(Dataset entries)
=== Section Start ===

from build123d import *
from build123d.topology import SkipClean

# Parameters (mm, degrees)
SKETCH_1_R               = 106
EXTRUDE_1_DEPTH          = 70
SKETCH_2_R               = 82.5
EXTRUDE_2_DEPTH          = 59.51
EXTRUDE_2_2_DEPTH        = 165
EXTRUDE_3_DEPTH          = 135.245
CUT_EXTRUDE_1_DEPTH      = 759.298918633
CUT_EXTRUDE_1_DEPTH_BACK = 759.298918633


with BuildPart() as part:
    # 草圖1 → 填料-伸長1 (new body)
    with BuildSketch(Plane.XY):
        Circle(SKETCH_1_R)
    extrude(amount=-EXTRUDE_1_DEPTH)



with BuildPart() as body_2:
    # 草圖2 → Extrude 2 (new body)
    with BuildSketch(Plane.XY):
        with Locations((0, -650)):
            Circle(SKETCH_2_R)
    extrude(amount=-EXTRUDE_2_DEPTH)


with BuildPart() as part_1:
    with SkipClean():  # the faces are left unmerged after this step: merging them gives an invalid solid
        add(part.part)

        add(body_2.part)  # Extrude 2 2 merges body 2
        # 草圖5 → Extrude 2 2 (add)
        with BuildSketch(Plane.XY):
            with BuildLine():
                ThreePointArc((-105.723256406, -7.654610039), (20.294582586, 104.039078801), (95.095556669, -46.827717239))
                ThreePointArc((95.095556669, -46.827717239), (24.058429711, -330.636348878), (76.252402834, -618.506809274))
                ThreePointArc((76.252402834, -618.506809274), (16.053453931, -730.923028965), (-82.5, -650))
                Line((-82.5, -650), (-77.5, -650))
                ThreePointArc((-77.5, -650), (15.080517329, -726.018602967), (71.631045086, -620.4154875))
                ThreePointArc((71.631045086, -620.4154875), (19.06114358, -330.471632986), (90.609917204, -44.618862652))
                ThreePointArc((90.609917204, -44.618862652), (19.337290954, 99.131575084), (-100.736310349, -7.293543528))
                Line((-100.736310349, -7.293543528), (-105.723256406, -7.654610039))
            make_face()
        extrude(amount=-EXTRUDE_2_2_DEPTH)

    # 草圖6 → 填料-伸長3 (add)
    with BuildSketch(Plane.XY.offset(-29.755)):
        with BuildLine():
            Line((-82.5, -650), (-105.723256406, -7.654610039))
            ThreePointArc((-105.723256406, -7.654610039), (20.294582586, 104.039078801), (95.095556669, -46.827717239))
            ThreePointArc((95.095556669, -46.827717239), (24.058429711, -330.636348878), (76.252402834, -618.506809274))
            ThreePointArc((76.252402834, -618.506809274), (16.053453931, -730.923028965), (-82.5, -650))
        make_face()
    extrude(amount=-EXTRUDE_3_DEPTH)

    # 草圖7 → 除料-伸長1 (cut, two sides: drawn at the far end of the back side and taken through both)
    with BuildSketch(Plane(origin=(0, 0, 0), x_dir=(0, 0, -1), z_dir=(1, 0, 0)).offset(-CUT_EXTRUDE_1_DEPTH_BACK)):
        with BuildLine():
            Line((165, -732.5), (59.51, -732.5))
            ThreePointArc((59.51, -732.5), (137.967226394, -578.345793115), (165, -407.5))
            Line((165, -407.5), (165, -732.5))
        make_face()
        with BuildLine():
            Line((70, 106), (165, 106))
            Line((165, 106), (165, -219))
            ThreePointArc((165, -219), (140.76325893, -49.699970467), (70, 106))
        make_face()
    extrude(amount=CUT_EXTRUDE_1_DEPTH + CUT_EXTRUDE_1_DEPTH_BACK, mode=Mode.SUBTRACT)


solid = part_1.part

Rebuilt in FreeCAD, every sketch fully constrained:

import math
import FreeCAD as App
import Part
import Sketcher

doc = App.newDocument("Part")
body = doc.addObject("PartDesign::Body", "Body")

# Sketch on XY plane
sketch1 = body.newObject("Sketcher::SketchObject", "Sketch")
sketch1.AttachmentSupport = (doc.getObject("XY_Plane"), [""])
sketch1.MapMode = "FlatFace"
sketch1.addGeometry(Part.Circle(App.Vector(0, 0, 0), App.Vector(0, 0, 1), 106), False)
sketch1.addConstraint(Sketcher.Constraint("Coincident", 0, 3, -1, 1))
sketch1.addConstraint(Sketcher.Constraint("Diameter", 0, 212.0))
pad1 = body.newObject("PartDesign::Pad", "Pad")
pad1.Profile = sketch1
pad1.Length = 70
pad1.Reversed = True
body2 = doc.addObject("PartDesign::Body", "Body001")

# Sketch on XY plane
sketch2 = body2.newObject("Sketcher::SketchObject", "Sketch001")
sketch2.AttachmentSupport = (doc.getObject("XY_Plane001"), [""])
sketch2.MapMode = "FlatFace"
sketch2.addGeometry(Part.Circle(App.Vector(0, -650, 0), App.Vector(0, 0, 1), 82), False)
sketch2.addConstraint(Sketcher.Constraint("PointOnObject", 0, 3, -2))
sketch2.addConstraint(Sketcher.Constraint("Diameter", 0, 165.0))
sketch2.addConstraint(Sketcher.Constraint("DistanceY", 0, 3, -1, 1, 650.0))
pad2 = body2.newObject("PartDesign::Pad", "Pad001")
pad2.Profile = sketch2
pad2.Length = 59.51
pad2.Reversed = True
body.AllowCompound = True
doc.recompute()

boolean = body.newObject("PartDesign::Boolean", "Boolean")
boolean.Type = "Fuse"
boolean.addObjects([body2])

# Sketch on XY plane
sketch3 = body.newObject("Sketcher::SketchObject", "Sketch002")
sketch3.AttachmentSupport = (doc.getObject("XY_Plane"), [""])
sketch3.MapMode = "FlatFace"
sketch3.addGeometry(Part.ArcOfCircle(Part.Circle(App.Vector(0, 0, 0), App.Vector(0, 0, 1), 106), math.radians(-26), math.radians(184)), False)
sketch3.addGeometry(Part.LineSegment(App.Vector(-106, -8, 0), App.Vector(-101, -7, 0)), False)
sketch3.addGeometry(Part.ArcOfCircle(Part.Circle(App.Vector(0, 0, 0), App.Vector(0, 0, 1), 101), math.radians(-26), math.radians(184)), False)
sketch3.addGeometry(Part.ArcOfCircle(Part.Circle(App.Vector(718, -354, 0), App.Vector(0, 0, 1), 699), math.radians(154), math.radians(202)), False)
sketch3.addGeometry(Part.ArcOfCircle(Part.Circle(App.Vector(0, -650, 0), App.Vector(0, 0, 1), 78), math.radians(180), math.radians(382)), False)
sketch3.addGeometry(Part.LineSegment(App.Vector(-78, -650, 0), App.Vector(-82, -650, 0)), False)
sketch3.addGeometry(Part.ArcOfCircle(Part.Circle(App.Vector(0, -650, 0), App.Vector(0, 0, 1), 82), math.radians(180), math.radians(382)), False)
sketch3.addGeometry(Part.ArcOfCircle(Part.Circle(App.Vector(718, -354, 0), App.Vector(0, 0, 1), 694), math.radians(154), math.radians(202)), False)
sketch3.addConstraint(Sketcher.Constraint("Coincident", 0, 2, 1, 1))
sketch3.addConstraint(Sketcher.Constraint("Coincident", 1, 2, 2, 2))
sketch3.addConstraint(Sketcher.Constraint("Tangent", 2, 1, 3, 1))
sketch3.addConstraint(Sketcher.Constraint("Tangent", 3, 2, 4, 2))
sketch3.addConstraint(Sketcher.Constraint("Coincident", 4, 1, 5, 1))
sketch3.addConstraint(Sketcher.Constraint("Coincident", 5, 2, 6, 1))
sketch3.addConstraint(Sketcher.Constraint("Tangent", 6, 2, 7, 2))
sketch3.addConstraint(Sketcher.Constraint("Tangent", 7, 1, 0, 1))
sketch3.addConstraint(Sketcher.Constraint("Horizontal", 5))
sketch3.addConstraint(Sketcher.Constraint("Coincident", 0, 3, -1, 1))
sketch3.addConstraint(Sketcher.Constraint("Coincident", 2, 3, -1, 1))
sketch3.addConstraint(Sketcher.Constraint("Coincident", 6, 3, 4, 3))
sketch3.addConstraint(Sketcher.Constraint("Coincident", 7, 3, 3, 3))
sketch3.addConstraint(Sketcher.Constraint("PointOnObject", 4, 3, -2))
sketch3.addConstraint(Sketcher.Constraint("Horizontal", 6, 3, 4, 1))
sketch3.addConstraint(Sketcher.Constraint("Radius", 0, 106.0))
sketch3.addConstraint(Sketcher.Constraint("Radius", 2, 101.0))
sketch3.addConstraint(Sketcher.Constraint("Radius", 4, 77.5))
sketch3.addConstraint(Sketcher.Constraint("DistanceY", 4, 3, -1, 1, 650.0))
sketch3.addConstraint(Sketcher.Constraint("Radius", 3, 699.201016))
sketch3.addConstraint(Sketcher.Constraint("DistanceY", 0, 2, -1, 1, 7.65461))
sketch3.addConstraint(Sketcher.Constraint("DistanceX", 1, 2, -1, 1, 100.73631))
pad3 = body.newObject("PartDesign::Pad", "Pad002")
pad3.Profile = sketch3
pad3.Length = 165
pad3.Reversed = True

# Sketch on XY plane
sketch4 = body.newObject("Sketcher::SketchObject", "Sketch003")
sketch4.AttachmentSupport = (doc.getObject("XY_Plane"), [""])
sketch4.MapMode = "FlatFace"
sketch4.AttachmentOffset = App.Placement(App.Vector(0, 0, -29.755), App.Rotation())
sketch4.addGeometry(Part.LineSegment(App.Vector(-106, -8, 0), App.Vector(-82, -650, 0)), False)
sketch4.addGeometry(Part.ArcOfCircle(Part.Circle(App.Vector(0, -650, 0), App.Vector(0, 0, 1), 82), math.radians(180), math.radians(382)), False)
sketch4.addGeometry(Part.ArcOfCircle(Part.Circle(App.Vector(718, -354, 0), App.Vector(0, 0, 1), 694), math.radians(154), math.radians(202)), False)
sketch4.addGeometry(Part.ArcOfCircle(Part.Circle(App.Vector(0, 0, 0), App.Vector(0, 0, 1), 106), math.radians(-26), math.radians(184)), False)
sketch4.addConstraint(Sketcher.Constraint("Coincident", 0, 2, 1, 1))
sketch4.addConstraint(Sketcher.Constraint("Tangent", 1, 2, 2, 2))
sketch4.addConstraint(Sketcher.Constraint("Tangent", 2, 1, 3, 1))
sketch4.addConstraint(Sketcher.Constraint("Coincident", 3, 2, 0, 1))
sketch4.addConstraint(Sketcher.Constraint("Coincident", 3, 3, -1, 1))
sketch4.addConstraint(Sketcher.Constraint("PointOnObject", 1, 3, -2))
sketch4.addConstraint(Sketcher.Constraint("Horizontal", 1, 3, 0, 2))
sketch4.addConstraint(Sketcher.Constraint("Radius", 3, 106.0))
sketch4.addConstraint(Sketcher.Constraint("Radius", 1, 82.5))
sketch4.addConstraint(Sketcher.Constraint("DistanceY", 1, 3, -1, 1, 650.0))
sketch4.addConstraint(Sketcher.Constraint("Radius", 2, 694.201016))
sketch4.addConstraint(Sketcher.Constraint("DistanceY", 1, 2, 3, 2, 610.852199))
pad4 = body.newObject("PartDesign::Pad", "Pad003")
pad4.Profile = sketch4
pad4.Length = 135.245
pad4.Reversed = True

# Sketch on YZ plane
sketch5 = body.newObject("Sketcher::SketchObject", "Sketch004")
sketch5.AttachmentSupport = (doc.getObject("YZ_Plane"), [""])
sketch5.MapMode = "FlatFace"
sketch5.addGeometry(Part.LineSegment(App.Vector(-732, -60, 0), App.Vector(-732, -165, 0)), False)
sketch5.addGeometry(Part.LineSegment(App.Vector(-732, -165, 0), App.Vector(-408, -165, 0)), False)
sketch5.addGeometry(Part.ArcOfCircle(Part.Circle(App.Vector(-408, 388, 0), App.Vector(0, 0, 1), 553), math.radians(-126), math.radians(-90)), False)
sketch5.addGeometry(Part.LineSegment(App.Vector(106, -165, 0), App.Vector(106, -70, 0)), False)
sketch5.addGeometry(Part.ArcOfCircle(Part.Circle(App.Vector(-219, 438, 0), App.Vector(0, 0, 1), 603), math.radians(-90), math.radians(-57)), False)
sketch5.addGeometry(Part.LineSegment(App.Vector(-219, -165, 0), App.Vector(106, -165, 0)), False)
sketch5.addConstraint(Sketcher.Constraint("Coincident", 0, 2, 1, 1))
sketch5.addConstraint(Sketcher.Constraint("Tangent", 1, 2, 2, 2))
sketch5.addConstraint(Sketcher.Constraint("Coincident", 2, 1, 0, 1))
sketch5.addConstraint(Sketcher.Constraint("Coincident", 3, 2, 4, 2))
sketch5.addConstraint(Sketcher.Constraint("Tangent", 4, 1, 5, 1))
sketch5.addConstraint(Sketcher.Constraint("Coincident", 5, 2, 3, 1))
sketch5.addConstraint(Sketcher.Constraint("Vertical", 0))
sketch5.addConstraint(Sketcher.Constraint("Horizontal", 1))
sketch5.addConstraint(Sketcher.Constraint("Vertical", 3))
sketch5.addConstraint(Sketcher.Constraint("Horizontal", 5))
sketch5.addConstraint(Sketcher.Constraint("Horizontal", 1, 2, 4, 1))
sketch5.addConstraint(Sketcher.Constraint("Equal", 1, 5))
sketch5.addConstraint(Sketcher.Constraint("DistanceX", 1, 1, 1, 2, 325.0))
sketch5.addConstraint(Sketcher.Constraint("DistanceY", 3, 1, 3, 2, 95.0))
sketch5.addConstraint(Sketcher.Constraint("DistanceX", 4, 3, -1, 1, 219.0))
sketch5.addConstraint(Sketcher.Constraint("DistanceY", 0, 2, -1, 1, 165.0))
sketch5.addConstraint(Sketcher.Constraint("DistanceY", 0, 2, 0, 1, 105.49))
sketch5.addConstraint(Sketcher.Constraint("DistanceX", 2, 3, -1, 1, 407.5))
pocket1 = body.newObject("PartDesign::Pocket", "Pocket")
pocket1.Profile = sketch5
pocket1.Type = "ThroughAll"
pocket1.Midplane = True

doc.recompute()
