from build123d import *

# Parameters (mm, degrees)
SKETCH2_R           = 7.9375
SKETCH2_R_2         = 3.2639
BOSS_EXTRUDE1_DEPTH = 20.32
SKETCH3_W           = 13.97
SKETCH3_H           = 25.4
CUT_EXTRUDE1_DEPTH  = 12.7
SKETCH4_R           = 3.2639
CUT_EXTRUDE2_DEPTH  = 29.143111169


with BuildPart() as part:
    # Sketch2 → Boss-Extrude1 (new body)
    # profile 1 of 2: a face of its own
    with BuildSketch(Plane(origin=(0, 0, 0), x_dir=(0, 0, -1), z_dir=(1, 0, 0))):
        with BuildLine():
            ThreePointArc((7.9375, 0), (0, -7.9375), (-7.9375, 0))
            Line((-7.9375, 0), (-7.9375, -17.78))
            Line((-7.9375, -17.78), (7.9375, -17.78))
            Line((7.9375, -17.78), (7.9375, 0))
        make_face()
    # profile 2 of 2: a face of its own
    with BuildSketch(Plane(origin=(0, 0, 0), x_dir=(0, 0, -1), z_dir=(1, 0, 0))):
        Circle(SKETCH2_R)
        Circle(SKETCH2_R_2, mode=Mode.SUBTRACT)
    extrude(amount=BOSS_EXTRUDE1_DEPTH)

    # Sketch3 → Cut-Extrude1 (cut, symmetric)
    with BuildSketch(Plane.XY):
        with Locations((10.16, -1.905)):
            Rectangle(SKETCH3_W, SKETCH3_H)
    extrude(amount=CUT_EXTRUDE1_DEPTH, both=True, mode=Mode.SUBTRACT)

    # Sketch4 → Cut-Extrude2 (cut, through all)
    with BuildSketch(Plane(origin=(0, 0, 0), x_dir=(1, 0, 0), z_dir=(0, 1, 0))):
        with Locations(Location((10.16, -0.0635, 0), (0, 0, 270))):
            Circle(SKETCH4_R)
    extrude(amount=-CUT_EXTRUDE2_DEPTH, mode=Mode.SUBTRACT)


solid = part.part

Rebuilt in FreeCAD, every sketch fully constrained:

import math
import FreeCAD as App
import Part
import Sketcher
from FreeCAD import Vector
Q = App.Units.Quantity

doc = App.newDocument("Part")
body = doc.addObject("PartDesign::Body", "Body")

# Sketch on YZ plane
sketch1 = body.newObject("Sketcher::SketchObject", "Sketch")
sketch1.AttachmentSupport = (doc.getObject("YZ_Plane"), [""])
sketch1.MapMode = "FlatFace"
sketch1.addGeometry([
    Part.LineSegment(Vector(0, 7.9, 0), Vector(-17.8, 7.9, 0)),  # 0
    Part.LineSegment(Vector(-17.8, 7.9, 0), Vector(-17.8, -7.9, 0)),  # 1
    Part.LineSegment(Vector(-17.8, -7.9, 0), Vector(0, -7.9, 0)),  # 2
    Part.ArcOfCircle(Part.Circle(Vector(0, 0, 0), Vector(0, 0, 1), 7.9), math.radians(-90), math.radians(90)),  # 3
    Part.Circle(Vector(0, 0, 0), Vector(0, 0, 1), 3.3),  # 4
], False)
sketch1.addConstraint([
    Sketcher.Constraint("Coincident", 0, 2, 1, 1),
    Sketcher.Constraint("Coincident", 1, 2, 2, 1),
    Sketcher.Constraint("Tangent", 2, 2, 3, 1),
    Sketcher.Constraint("Tangent", 3, 2, 0, 1),
    Sketcher.Constraint("Horizontal", 0),
    Sketcher.Constraint("Vertical", 1),
    Sketcher.Constraint("Horizontal", 2),
    Sketcher.Constraint("Coincident", 3, 3, -1, 1),
    Sketcher.Constraint("Coincident", 4, 3, -1, 1),
    Sketcher.Constraint("Diameter", 4, Q("0.257 in")),
    Sketcher.Constraint("DistanceX", 0, 2, 0, 1, Q("0.7 in")),
    Sketcher.Constraint("Radius", 3, Q("0.3125 in")),
])
pad1 = body.newObject("PartDesign::Pad", "Pad")
pad1.Profile = sketch1
pad1.Length = Q("0.8 in")

# Sketch on XY plane
sketch2 = body.newObject("Sketcher::SketchObject", "Sketch001")
sketch2.AttachmentSupport = (doc.getObject("XY_Plane"), [""])
sketch2.MapMode = "FlatFace"
sketch2.addGeometry([
    Part.LineSegment(Vector(3, 11, 0), Vector(3, -15, 0)),
    Part.LineSegment(Vector(3, -15, 0), Vector(17, -15, 0)),
    Part.LineSegment(Vector(17, -15, 0), Vector(17, 11, 0)),
    Part.LineSegment(Vector(17, 11, 0), Vector(3, 11, 0)),
], False)
sketch2.addConstraint([
    Sketcher.Constraint("Coincident", 0, 2, 1, 1),
    Sketcher.Constraint("Coincident", 1, 2, 2, 1),
    Sketcher.Constraint("Coincident", 2, 2, 3, 1),
    Sketcher.Constraint("Coincident", 3, 2, 0, 1),
    Sketcher.Constraint("Vertical", 0),
    Sketcher.Constraint("Horizontal", 1),
    Sketcher.Constraint("Vertical", 2),
    Sketcher.Constraint("Horizontal", 3),
    Sketcher.Constraint("DistanceY", 0, 2, 0, 1, Q("1 in")),
    Sketcher.Constraint("DistanceX", 1, 1, 1, 2, Q("0.55 in")),
    Sketcher.Constraint("DistanceX", -1, 1, 0, 2, Q("0.125 in")),
    Sketcher.Constraint("DistanceY", 0, 2, -1, 1, Q("0.575 in")),
])
pocket1 = body.newObject("PartDesign::Pocket", "Pocket")
pocket1.Profile = sketch2
pocket1.Length = Q("1 in")
pocket1.Midplane = True

# Sketch on XZ plane
sketch3 = body.newObject("Sketcher::SketchObject", "Sketch002")
sketch3.AttachmentSupport = (doc.getObject("XZ_Plane"), [""])
sketch3.MapMode = "FlatFace"
sketch3.addGeometry(Part.Circle(Vector(10.2, 0.1, 0), Vector(0, 0, 1), 3.3), False)
sketch3.addConstraint([
    Sketcher.Constraint("Diameter", 0, Q("0.257 in")),
    Sketcher.Constraint("DistanceX", -1, 1, 0, 3, Q("0.4 in")),
    Sketcher.Constraint("DistanceY", -1, 1, 0, 3, Q("0.0025 in")),
])
pocket2 = body.newObject("PartDesign::Pocket", "Pocket001")
pocket2.Profile = sketch3
pocket2.Type = "ThroughAll"
pocket2.Reversed = True

doc.recompute()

=== Section End ===

Beginning at the first line of the data above, retype each line until you reach the line containing "Circle(SKETCH_1_R)", and include that one too. Add nothing else.

Exercise result »
from build123d import *
from build123d.topology import SkipClean

# Parameters (mm, degrees)
SKETCH_1_R               = 106
EXTRUDE_1_DEPTH          = 70
SKETCH_2_R               = 82.5
EXTRUDE_2_DEPTH          = 59.51
EXTRUDE_2_2_DEPTH        = 165
EXTRUDE_3_DEPTH          = 135.245
CUT_EXTRUDE_1_DEPTH      = 759.298918633
CUT_EXTRUDE_1_DEPTH_BACK = 759.298918633


with BuildPart() as part:
    # 草圖1 → 填料-伸長1 (new body)
    with BuildSketch(Plane.XY):
        Circle(SKETCH_1_R)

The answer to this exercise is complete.